Now, I have salted every storm and I have already terminated his contract in writing. Thoughts on collecting or providing proof? I do document my salting on a route sheet but I'm afraid that's not going to be enough if I have to go to court.


----------



## REAPER (Nov 23, 2004)

You calmly tell him all worked was done per contract.

If he is unwilling to pay have your lawyer send them a letter with the date for court. Lawyer fee's should also be included as well as late fee's for non-payment.


----------



## Cassy (Aug 10, 2006)

I agree with that advice. Once lawyers are called in I find many clients are suddenly willing to pay.

While I don't salt, I've had similar situations with landscaping--specifically when we are contracted to spray chemicals, clients can't generally see it so I can see them questioning whether it was done.
Keeping dated logs helps alot, as I've heard from other guys, to go towards proving your case. Especially if it is a long running log, that way it doesn't look like something you've slapped together for the court to see--if it gets to that.

good luck!


----------



## Big Dog D (Oct 1, 2005)

Ask him to proove that it wasn't done!


----------



## Bruce'sEx (Sep 16, 2006)

Generally we write in and out times, but thats not oh so reliable.
A landscape company around here, has linked there gps tracking in that when the salters are engaged, time on and off are logged, alongside the normal location tracking. Thats gotten them out of two lawsuits this year. 

We are looking into arrange the samething for our salters. We've never had a problem, but it sounds like relatively solid way to avoid the unknown.


----------



## KCB (Jan 22, 2006)

Tell him to lick the pavement .


----------



## X-LOWBALLER (Jan 16, 2007)

I have a salt sheet that MUST be signed. In fact, if the customer does not sign it, it is free. I have several accounts where having them sign it at 3 in the morning would be impossible so we/I return in the am and have them sign it then. I had a problem getting paid $2300 5 years ago with the same problem and it hasnt happened since. If they dont sign it, atleast you'll know the first time out that they are aholes. I would hate to walk in on pay day and 12 saltings later to find out otherwise.


Good luck


----------



## Bernie Lomax (Mar 15, 2007)

What about invoices proving your purchase of the material?


----------



## Silentroo (Jun 19, 2006)

Out of all our accounts we have one or two where we ALWAYS have an issue. We have a camera. We photo snow dept 3 place on the lot at each clear. What it looks like at the end of each clear and the salter working and done. I had a customer where we photoed the truck start and finish to show salt used(did not rebid as it was not worth the pain. 
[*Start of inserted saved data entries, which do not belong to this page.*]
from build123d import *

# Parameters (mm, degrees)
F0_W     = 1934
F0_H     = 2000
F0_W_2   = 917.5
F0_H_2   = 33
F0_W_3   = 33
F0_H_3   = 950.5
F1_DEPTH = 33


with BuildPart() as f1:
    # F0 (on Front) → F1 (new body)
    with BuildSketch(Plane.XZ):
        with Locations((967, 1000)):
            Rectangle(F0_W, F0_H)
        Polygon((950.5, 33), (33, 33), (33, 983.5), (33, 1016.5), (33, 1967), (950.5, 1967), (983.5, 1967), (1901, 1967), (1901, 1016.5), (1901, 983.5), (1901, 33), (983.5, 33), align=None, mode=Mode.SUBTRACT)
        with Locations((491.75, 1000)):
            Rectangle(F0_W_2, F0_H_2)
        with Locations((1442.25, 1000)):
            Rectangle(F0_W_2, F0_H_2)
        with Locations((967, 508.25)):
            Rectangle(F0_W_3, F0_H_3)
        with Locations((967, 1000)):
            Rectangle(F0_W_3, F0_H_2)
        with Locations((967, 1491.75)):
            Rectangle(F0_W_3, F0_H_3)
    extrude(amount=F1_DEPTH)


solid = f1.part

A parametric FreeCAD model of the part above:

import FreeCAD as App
import Part
import Sketcher


def add_polygon(sketch, points):
    """Adds a closed chain of lines whose ends are joined by coincident constraints."""
    first, n = sketch.GeometryCount, len(points)
    for a, b in zip(points, points[1:] + points[:1]):
        sketch.addGeometry(Part.LineSegment(App.Vector(*a, 0), App.Vector(*b, 0)), False)
    for i in range(n):
        sketch.addConstraint(Sketcher.Constraint("Coincident", first + i, 2, first + (i + 1) % n, 1))

doc = App.newDocument("Part")
body = doc.addObject("PartDesign::Body", "Body")

sketch1 = body.newObject("Sketcher::SketchObject", "Sketch")
sketch1.AttachmentSupport = (doc.getObject("XZ_Plane"), [""])
sketch1.MapMode = "FlatFace"
add_polygon(sketch1, [(0, 2000), (0, 0), (1934, 0), (1934, 2000)])
add_polygon(sketch1, [(33, 984), (950, 984), (950, 33), (33, 33)])
add_polygon(sketch1, [(984, 33), (984, 984), (1901, 984), (1901, 33)])
add_polygon(sketch1, [(1901, 1016), (984, 1016), (984, 1967), (1901, 1967)])
add_polygon(sketch1, [(950, 1016), (33, 1016), (33, 1967), (950, 1967)])
sketch1.addConstraint(Sketcher.Constraint("Vertical", 0))
sketch1.addConstraint(Sketcher.Constraint("Horizontal", 1))
sketch1.addConstraint(Sketcher.Constraint("Vertical", 2))
sketch1.addConstraint(Sketcher.Constraint("Horizontal", 3))
sketch1.addConstraint(Sketcher.Constraint("Horizontal", 4))
sketch1.addConstraint(Sketcher.Constraint("Vertical", 5))
sketch1.addConstraint(Sketcher.Constraint("Horizontal", 6))
sketch1.addConstraint(Sketcher.Constraint("Vertical", 7))
sketch1.addConstraint(Sketcher.Constraint("Vertical", 8))
sketch1.addConstraint(Sketcher.Constraint("Horizontal", 9))
sketch1.addConstraint(Sketcher.Constraint("Vertical", 10))
sketch1.addConstraint(Sketcher.Constraint("Horizontal", 11))
sketch1.addConstraint(Sketcher.Constraint("Horizontal", 12))
sketch1.addConstraint(Sketcher.Constraint("Vertical", 13))
sketch1.addConstraint(Sketcher.Constraint("Horizontal", 14))
sketch1.addConstraint(Sketcher.Constraint("Vertical", 15))
sketch1.addConstraint(Sketcher.Constraint("Horizontal", 16))
sketch1.addConstraint(Sketcher.Constraint("Vertical", 17))
sketch1.addConstraint(Sketcher.Constraint("Horizontal", 18))
sketch1.addConstraint(Sketcher.Constraint("Vertical", 19))
sketch1.addConstraint(Sketcher.Constraint("Coincident", 0, 2, -1, 1))
sketch1.addConstraint(Sketcher.Constraint("Horizontal", 7, 2, 8, 2))
sketch1.addConstraint(Sketcher.Constraint("Horizontal", 6, 2, 10, 2))
sketch1.addConstraint(Sketcher.Constraint("Horizontal", 15, 2, 16, 2))
sketch1.addConstraint(Sketcher.Constraint("Horizontal", 14, 2, 17, 2))
sketch1.addConstraint(Sketcher.Constraint("Vertical", 11, 2, 12, 2))
sketch1.addConstraint(Sketcher.Constraint("Vertical", 10, 2, 14, 2))
sketch1.addConstraint(Sketcher.Constraint("Vertical", 7, 2, 16, 2))
sketch1.addConstraint(Sketcher.Constraint("Vertical", 5, 2, 18, 2))
sketch1.addConstraint(Sketcher.Constraint("Equal", 6, 9))
sketch1.addConstraint(Sketcher.Constraint("Equal", 10, 13))
sketch1.addConstraint(Sketcher.Constraint("DistanceX", 1, 1, 1, 2, 1934.0))
sketch1.addConstraint(Sketcher.Constraint("DistanceY", 0, 2, 0, 1, 2000.0))
sketch1.addConstraint(Sketcher.Constraint("DistanceX", 4, 1, 4, 2, 917.5))
sketch1.addConstraint(Sketcher.Constraint("DistanceY", 5, 2, 5, 1, 950.5))
sketch1.addConstraint(Sketcher.Constraint("DistanceY", -1, 1, 5, 2, 33.0))
sketch1.addConstraint(Sketcher.Constraint("DistanceX", -1, 1, 6, 2, 33.0))
sketch1.addConstraint(Sketcher.Constraint("DistanceX", -1, 1, 9, 2, 1901.0))
sketch1.addConstraint(Sketcher.Constraint("DistanceY", -1, 1, 13, 2, 1967.0))
pad1 = body.newObject("PartDesign::Pad", "Pad")
pad1.Profile = sketch1
pad1.Length = 33

doc.recompute()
Bottom line is at this point it is almost impossible to prove. We track GPS and times. Also Approximate amounts applied (however we are per application not per ton.) We have very few issues. 

One thing I found that works better than anything is calling the next morning to ask How it looked and what they thought. I always mention every service we did so there is no questions. We also send a morning report to all customers about progress. Because of this it makes it much more difficult to say we are not doing things. We had one guy this year I showed the lawyer what we had and what we sent and my records and it quickly went away. 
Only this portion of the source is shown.